Abundan los forenses de la palabra que dedican sus mejores panegíricos a los cadáveres exquisitos que se le ponen a tiro, en un trance en el que los plumillas afinan la puntería con los mejores adjetivos y juiciosos párrafos, sabedores de la importancia de la pieza que tienen entre manos. Y eso simplemente responde, como siempre ocurre, a una sola motivación: los lectores demandan, cada vez más, este tipo de crónicas mortuorias, tan sentidas, piadosas y expiatorias.

Así que el asunto no tiene vuelta de hoja, porque el cliente no siempre tendrá razón pero hay que complacerlo. Los que tienen negocios, excepto alguno que yo conozco, cumplen este requisito arrajatabla. Como si estuvieran apremiados por la Ley Antitabaco.

Pero, vaya, a la vez este es un comportamiento que parece requerir atención sicológica. Un exhaustivo chequeo clínico para calibrar nuestra salud mental. Porque, hipnotizados por el morbo, exaltamos a los muertos cuando solemos olvidarnos de ellos en vida.

A Amparo Muñoz le sucedió. Asediada por la enfermedad, aceptó sin embargo uno de los pocos homenajes a su trayectoria artística. Fue en Archidona, en el marco de su Festival de Cine Andaluz y del Mediterráneo, en octubre de 2008. Pero el reconocimiento, a pesar de que fue una de las escasas apariciones públicas de la actriz y modelo, apenas tuvo resonancia, la levedad de un tibio eco. Indiferente y gélido. Un clamoroso olvido que contrasta con la desproporcionada atención mediática, alguna repugnantemente canalla, de la que, en fechas recientes, ha sido objeto en su terminante adiós durante la última fase de su enfermedad.

Su agitado paso por la fama estuvo demasiado expuesto al escándalo. Y finalmente ni en su agónico padecimiento se ha podido sacudir ese estigma. Hace 21 años, víctima de una sensacionalista y falsa primicia, la dieron poco menos que por muerta, infectada por el sida que, entonces, asolaba la farándula con su contagio letal. La apuñalaron con rumores de poca monta, la acribillaron a insidias que ella, aunque lastimada y herida por los venenosos comentarios, pacientemente desmontó.
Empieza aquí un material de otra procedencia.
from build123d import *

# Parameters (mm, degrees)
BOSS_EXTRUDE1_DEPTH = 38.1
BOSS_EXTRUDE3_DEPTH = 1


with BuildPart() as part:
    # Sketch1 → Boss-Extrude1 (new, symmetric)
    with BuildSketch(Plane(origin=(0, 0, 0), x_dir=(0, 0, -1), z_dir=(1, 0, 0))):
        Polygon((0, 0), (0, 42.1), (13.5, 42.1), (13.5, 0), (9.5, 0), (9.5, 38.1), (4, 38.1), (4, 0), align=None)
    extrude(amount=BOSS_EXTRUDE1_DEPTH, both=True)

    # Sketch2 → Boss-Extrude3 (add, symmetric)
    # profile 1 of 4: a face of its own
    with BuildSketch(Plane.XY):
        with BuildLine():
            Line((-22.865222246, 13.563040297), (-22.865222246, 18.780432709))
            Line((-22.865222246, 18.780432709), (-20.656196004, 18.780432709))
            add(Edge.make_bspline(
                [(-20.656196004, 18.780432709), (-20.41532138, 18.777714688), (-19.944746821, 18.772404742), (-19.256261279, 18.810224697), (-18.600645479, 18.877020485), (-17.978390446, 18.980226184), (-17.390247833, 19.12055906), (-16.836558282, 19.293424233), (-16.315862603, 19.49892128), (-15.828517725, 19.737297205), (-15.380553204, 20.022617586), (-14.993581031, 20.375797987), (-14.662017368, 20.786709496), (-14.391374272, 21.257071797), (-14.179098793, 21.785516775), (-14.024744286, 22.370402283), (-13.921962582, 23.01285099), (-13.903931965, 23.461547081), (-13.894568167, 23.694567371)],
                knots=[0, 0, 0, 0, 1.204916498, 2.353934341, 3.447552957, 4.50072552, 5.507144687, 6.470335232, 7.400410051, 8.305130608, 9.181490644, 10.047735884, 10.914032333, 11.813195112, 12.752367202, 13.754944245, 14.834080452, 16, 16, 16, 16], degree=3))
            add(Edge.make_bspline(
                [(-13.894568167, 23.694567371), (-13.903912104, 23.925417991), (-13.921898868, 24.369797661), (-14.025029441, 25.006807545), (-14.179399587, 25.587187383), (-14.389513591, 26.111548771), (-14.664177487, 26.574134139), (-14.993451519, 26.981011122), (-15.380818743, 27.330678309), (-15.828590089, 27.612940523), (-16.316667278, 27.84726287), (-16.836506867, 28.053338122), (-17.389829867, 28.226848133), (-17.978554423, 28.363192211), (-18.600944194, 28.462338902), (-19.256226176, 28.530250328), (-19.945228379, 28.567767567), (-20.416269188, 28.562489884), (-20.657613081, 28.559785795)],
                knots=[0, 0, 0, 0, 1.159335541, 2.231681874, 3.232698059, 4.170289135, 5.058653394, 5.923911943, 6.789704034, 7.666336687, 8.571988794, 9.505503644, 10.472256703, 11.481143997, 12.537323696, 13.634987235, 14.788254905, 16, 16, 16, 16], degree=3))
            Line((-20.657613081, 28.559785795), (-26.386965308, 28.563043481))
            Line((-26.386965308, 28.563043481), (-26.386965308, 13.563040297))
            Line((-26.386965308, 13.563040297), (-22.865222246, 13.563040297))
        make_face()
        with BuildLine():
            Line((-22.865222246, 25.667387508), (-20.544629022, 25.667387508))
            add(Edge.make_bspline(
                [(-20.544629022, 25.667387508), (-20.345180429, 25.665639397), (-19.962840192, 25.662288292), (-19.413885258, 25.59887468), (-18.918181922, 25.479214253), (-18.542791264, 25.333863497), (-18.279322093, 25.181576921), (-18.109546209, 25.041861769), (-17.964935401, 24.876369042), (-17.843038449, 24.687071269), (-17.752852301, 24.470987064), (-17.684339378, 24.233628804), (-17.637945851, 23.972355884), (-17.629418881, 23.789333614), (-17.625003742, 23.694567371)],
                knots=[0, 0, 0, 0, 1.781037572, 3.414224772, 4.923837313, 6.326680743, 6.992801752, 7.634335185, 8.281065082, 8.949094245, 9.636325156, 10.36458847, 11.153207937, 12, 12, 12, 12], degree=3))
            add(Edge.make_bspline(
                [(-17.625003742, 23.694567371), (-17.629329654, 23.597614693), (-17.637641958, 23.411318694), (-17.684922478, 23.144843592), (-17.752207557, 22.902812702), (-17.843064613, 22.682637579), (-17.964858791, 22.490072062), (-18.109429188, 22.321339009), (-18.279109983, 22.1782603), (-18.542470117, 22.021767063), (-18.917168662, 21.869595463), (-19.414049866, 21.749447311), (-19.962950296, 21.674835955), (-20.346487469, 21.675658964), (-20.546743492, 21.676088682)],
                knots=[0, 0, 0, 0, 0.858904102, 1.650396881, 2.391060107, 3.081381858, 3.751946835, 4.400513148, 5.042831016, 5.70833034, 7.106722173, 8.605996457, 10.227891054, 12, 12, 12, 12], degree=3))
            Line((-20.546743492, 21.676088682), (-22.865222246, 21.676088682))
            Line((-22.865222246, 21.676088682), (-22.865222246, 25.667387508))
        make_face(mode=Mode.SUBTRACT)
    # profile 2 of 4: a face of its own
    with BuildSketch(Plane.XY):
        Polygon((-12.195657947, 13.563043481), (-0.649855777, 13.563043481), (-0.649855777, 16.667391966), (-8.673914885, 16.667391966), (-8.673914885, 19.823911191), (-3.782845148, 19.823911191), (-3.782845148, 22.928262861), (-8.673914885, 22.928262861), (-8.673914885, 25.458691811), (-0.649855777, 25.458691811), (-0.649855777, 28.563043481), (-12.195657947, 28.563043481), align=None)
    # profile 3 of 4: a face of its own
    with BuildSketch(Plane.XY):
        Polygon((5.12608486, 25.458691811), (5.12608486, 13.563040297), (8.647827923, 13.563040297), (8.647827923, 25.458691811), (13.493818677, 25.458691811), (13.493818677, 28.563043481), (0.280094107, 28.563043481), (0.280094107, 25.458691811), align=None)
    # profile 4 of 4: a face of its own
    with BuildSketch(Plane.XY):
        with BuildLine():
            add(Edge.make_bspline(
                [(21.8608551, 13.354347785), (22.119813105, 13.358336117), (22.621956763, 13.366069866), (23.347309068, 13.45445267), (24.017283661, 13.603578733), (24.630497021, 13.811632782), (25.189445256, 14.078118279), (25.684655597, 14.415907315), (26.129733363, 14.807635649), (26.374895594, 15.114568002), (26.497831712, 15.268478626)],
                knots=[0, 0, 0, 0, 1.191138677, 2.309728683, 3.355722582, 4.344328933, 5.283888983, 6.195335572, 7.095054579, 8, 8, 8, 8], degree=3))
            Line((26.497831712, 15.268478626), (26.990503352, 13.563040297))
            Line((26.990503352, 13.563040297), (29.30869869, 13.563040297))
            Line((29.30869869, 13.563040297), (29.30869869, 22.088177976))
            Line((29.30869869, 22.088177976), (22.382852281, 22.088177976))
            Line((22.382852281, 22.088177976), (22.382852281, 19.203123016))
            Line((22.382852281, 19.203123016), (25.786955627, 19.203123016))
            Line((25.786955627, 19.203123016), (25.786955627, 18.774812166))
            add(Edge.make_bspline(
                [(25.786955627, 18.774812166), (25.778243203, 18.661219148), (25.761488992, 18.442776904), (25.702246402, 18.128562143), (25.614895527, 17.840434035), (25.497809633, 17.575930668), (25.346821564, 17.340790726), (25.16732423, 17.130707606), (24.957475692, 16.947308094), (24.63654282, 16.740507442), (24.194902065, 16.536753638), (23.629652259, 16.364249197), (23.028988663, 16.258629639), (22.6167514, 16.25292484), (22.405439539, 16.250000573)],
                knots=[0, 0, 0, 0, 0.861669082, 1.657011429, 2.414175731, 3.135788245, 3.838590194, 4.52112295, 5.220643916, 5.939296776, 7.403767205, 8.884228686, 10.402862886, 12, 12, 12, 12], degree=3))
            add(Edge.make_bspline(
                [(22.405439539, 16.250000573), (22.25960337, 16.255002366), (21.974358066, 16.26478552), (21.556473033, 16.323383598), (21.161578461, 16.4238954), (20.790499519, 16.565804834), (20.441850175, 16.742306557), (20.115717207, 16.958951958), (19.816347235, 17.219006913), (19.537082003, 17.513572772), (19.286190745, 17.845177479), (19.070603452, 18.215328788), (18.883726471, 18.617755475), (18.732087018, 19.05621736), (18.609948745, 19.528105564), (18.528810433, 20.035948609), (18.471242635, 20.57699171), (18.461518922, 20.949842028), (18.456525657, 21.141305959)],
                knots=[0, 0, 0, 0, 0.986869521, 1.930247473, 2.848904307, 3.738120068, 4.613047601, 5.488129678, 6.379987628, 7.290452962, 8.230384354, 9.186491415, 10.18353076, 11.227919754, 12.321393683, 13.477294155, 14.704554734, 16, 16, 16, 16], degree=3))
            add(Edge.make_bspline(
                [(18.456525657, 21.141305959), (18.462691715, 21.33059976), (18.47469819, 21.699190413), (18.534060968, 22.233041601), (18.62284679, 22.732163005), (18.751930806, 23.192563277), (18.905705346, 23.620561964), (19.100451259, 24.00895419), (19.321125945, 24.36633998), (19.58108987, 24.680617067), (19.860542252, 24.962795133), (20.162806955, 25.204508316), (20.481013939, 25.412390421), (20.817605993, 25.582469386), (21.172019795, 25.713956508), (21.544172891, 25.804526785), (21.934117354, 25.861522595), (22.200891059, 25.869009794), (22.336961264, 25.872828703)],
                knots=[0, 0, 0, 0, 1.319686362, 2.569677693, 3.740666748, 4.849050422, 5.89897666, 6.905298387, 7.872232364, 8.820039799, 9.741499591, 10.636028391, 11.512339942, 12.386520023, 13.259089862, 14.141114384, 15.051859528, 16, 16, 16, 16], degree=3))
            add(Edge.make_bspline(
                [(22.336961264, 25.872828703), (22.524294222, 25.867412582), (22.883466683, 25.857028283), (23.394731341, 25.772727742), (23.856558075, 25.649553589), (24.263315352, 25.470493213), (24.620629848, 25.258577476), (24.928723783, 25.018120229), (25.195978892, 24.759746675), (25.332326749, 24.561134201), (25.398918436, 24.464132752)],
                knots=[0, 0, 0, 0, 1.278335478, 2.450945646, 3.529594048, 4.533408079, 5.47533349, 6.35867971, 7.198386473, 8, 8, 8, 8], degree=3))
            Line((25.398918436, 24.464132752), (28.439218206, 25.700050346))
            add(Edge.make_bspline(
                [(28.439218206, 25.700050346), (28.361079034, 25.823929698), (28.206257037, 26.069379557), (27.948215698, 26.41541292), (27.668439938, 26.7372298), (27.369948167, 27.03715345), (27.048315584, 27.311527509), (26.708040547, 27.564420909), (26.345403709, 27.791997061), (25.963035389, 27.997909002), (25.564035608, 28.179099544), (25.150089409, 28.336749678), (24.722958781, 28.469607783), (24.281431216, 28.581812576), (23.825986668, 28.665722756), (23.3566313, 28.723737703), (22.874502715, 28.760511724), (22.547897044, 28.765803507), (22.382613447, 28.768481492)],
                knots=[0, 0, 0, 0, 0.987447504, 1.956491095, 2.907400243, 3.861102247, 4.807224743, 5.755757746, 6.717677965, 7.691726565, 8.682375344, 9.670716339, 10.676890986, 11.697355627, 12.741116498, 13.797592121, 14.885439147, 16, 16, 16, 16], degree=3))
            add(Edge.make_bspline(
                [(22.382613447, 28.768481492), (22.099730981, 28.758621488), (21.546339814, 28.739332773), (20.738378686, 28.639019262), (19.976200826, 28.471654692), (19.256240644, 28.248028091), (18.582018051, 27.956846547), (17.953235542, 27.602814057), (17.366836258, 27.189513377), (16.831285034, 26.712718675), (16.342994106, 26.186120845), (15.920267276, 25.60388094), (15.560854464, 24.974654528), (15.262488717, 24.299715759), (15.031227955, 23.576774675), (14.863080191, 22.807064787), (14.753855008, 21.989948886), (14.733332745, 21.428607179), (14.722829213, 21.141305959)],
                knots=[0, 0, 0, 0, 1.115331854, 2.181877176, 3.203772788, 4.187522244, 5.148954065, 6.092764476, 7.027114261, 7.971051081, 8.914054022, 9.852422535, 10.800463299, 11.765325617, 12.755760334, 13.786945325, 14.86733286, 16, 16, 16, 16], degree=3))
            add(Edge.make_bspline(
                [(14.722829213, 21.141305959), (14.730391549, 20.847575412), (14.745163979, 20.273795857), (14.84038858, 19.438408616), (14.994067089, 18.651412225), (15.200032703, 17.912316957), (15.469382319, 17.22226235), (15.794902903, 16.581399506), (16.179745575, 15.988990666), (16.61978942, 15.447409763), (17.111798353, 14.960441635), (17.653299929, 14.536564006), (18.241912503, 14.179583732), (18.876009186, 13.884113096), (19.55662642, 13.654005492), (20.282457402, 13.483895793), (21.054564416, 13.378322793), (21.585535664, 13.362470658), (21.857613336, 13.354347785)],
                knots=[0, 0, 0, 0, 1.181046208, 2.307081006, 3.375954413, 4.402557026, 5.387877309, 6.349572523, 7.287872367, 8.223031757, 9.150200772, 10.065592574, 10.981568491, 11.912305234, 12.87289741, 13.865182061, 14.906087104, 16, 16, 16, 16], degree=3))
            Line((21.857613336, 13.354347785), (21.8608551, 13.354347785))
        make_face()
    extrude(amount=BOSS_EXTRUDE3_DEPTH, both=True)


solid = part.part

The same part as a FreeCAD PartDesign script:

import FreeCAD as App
import Part
import Sketcher
from FreeCAD import Vector

doc = App.newDocument("Part")
body = doc.addObject("PartDesign::Body", "Body")

sketch1 = body.newObject("Sketcher::SketchObject", "Sketch")
sketch1.AttachmentSupport = (doc.getObject("YZ_Plane"), [""])
sketch1.MapMode = "FlatFace"
sketch1.addGeometry(Part.LineSegment(Vector(42.1, 0, 0), Vector(0, 0, 0)), False)
sketch1.addGeometry(Part.LineSegment(Vector(0, 0, 0), Vector(0, -4, 0)), False)
sketch1.addGeometry(Part.LineSegment(Vector(0, -4, 0), Vector(38.1, -4, 0)), False)
sketch1.addGeometry(Part.LineSegment(Vector(38.1, -4, 0), Vector(38.1, -9.5, 0)), False)
sketch1.addGeometry(Part.LineSegment(Vector(38.1, -9.5, 0), Vector(0, -9.5, 0)), False)
sketch1.addGeometry(Part.LineSegment(Vector(0, -9.5, 0), Vector(0, -13.5, 0)), False)
sketch1.addGeometry(Part.LineSegment(Vector(0, -13.5, 0), Vector(42.1, -13.5, 0)), False)
sketch1.addGeometry(Part.LineSegment(Vector(42.1, -13.5, 0), Vector(42.1, 0, 0)), False)
sketch1.addConstraint(Sketcher.Constraint("Coincident", 0, 2, 1, 1))
sketch1.addConstraint(Sketcher.Constraint("Coincident", 1, 2, 2, 1))
sketch1.addConstraint(Sketcher.Constraint("Coincident", 2, 2, 3, 1))
sketch1.addConstraint(Sketcher.Constraint("Coincident", 3, 2, 4, 1))
sketch1.addConstraint(Sketcher.Constraint("Coincident", 4, 2, 5, 1))
sketch1.addConstraint(Sketcher.Constraint("Coincident", 5, 2, 6, 1))
sketch1.addConstraint(Sketcher.Constraint("Coincident", 6, 2, 7, 1))
sketch1.addConstraint(Sketcher.Constraint("Coincident", 7, 2, 0, 1))
sketch1.addConstraint(Sketcher.Constraint("Horizontal", 0))
sketch1.addConstraint(Sketcher.Constraint("Vertical", 1))
sketch1.addConstraint(Sketcher.Constraint("Horizontal", 2))
sketch1.addConstraint(Sketcher.Constraint("Vertical", 3))
sketch1.addConstraint(Sketcher.Constraint("Horizontal", 4))
sketch1.addConstraint(Sketcher.Constraint("Vertical", 5))
sketch1.addConstraint(Sketcher.Constraint("Horizontal", 6))
sketch1.addConstraint(Sketcher.Constraint("Vertical", 7))
sketch1.addConstraint(Sketcher.Constraint("Coincident", 0, 2, -1, 1))
sketch1.addConstraint(Sketcher.Constraint("PointOnObject", 4, 2, -2))
sketch1.addConstraint(Sketcher.Constraint("Equal", 1, 5))
sketch1.addConstraint(Sketcher.Constraint("DistanceY", 1, 2, 1, 1, 4.0))
sketch1.addConstraint(Sketcher.Constraint("DistanceX", 0, 2, 0, 1, 42.1))
sketch1.addConstraint(Sketcher.Constraint("DistanceX", 2, 1, 2, 2, 38.1))
sketch1.addConstraint(Sketcher.Constraint("DistanceY", 3, 2, 3, 1, 5.5))
pad1 = body.newObject("PartDesign::Pad", "Pad")
pad1.Profile = sketch1
pad1.Length = 76.2
pad1.Midplane = True

sketch2 = body.newObject("Sketcher::SketchObject", "Sketch001")
sketch2.AttachmentSupport = (doc.getObject("XY_Plane"), [""])
sketch2.MapMode = "FlatFace"
sketch2.addGeometry(Part.LineSegment(Vector(-22.865222, 13.56304, 0), Vector(-22.865222, 18.780433, 0)), False)
sketch2.addGeometry(Part.LineSegment(Vector(-22.865222, 18.780433, 0), Vector(-20.656196, 18.780433, 0)), False)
Amparo, la mujer más bella del mundo, sobrevivió a aquella muerte alardeada con caracteres de exclusiva en la portada del diario Ya. Un medio serio venido a menos que, enfangado hasta los ojos, se deslizó en su última etapa por el abismo de la prensa amarilla en una desesperada mutación para evitar o aplazar su cierre.

Recogido por otros, el bulo amplificó su destructivo efecto en el currículo de la actriz. Pero ella, sobrepuesta a las cicatrices inferidas por la infame noticia, alcanzó a ver la quiebra y desaparición del medio que con carencia total de escrúpulos se puso a entonar, precipitadamente, el pernicioso responso. Pero el daño ya estaba hecho en su maltrecho ánimo. Su delicada salud, la de una heroína pisoteada, hizo el resto.

Después de resurgir brillantemente con uno de sus más alabados papeles en la película Familia, el prometedor debut de Fernando León de Aranoa, decidió refugiarse en su tierra. “Vuelvo a Málaga para morir”, fue la estremecedora confesión que le hizo al periodista de Canal Sur, Miguel Fernández, a quien confió dos valiosos legados: sus memorias y su amistad.

Por ellas sabemos incontables detalles de su personalidad, de sus más íntimos pensamientos. Repletas de verdad y de sinceras confidencias, aparecieron en un libro en 2005. Seis años antes de la segunda, la más triste muerte, de Amparo.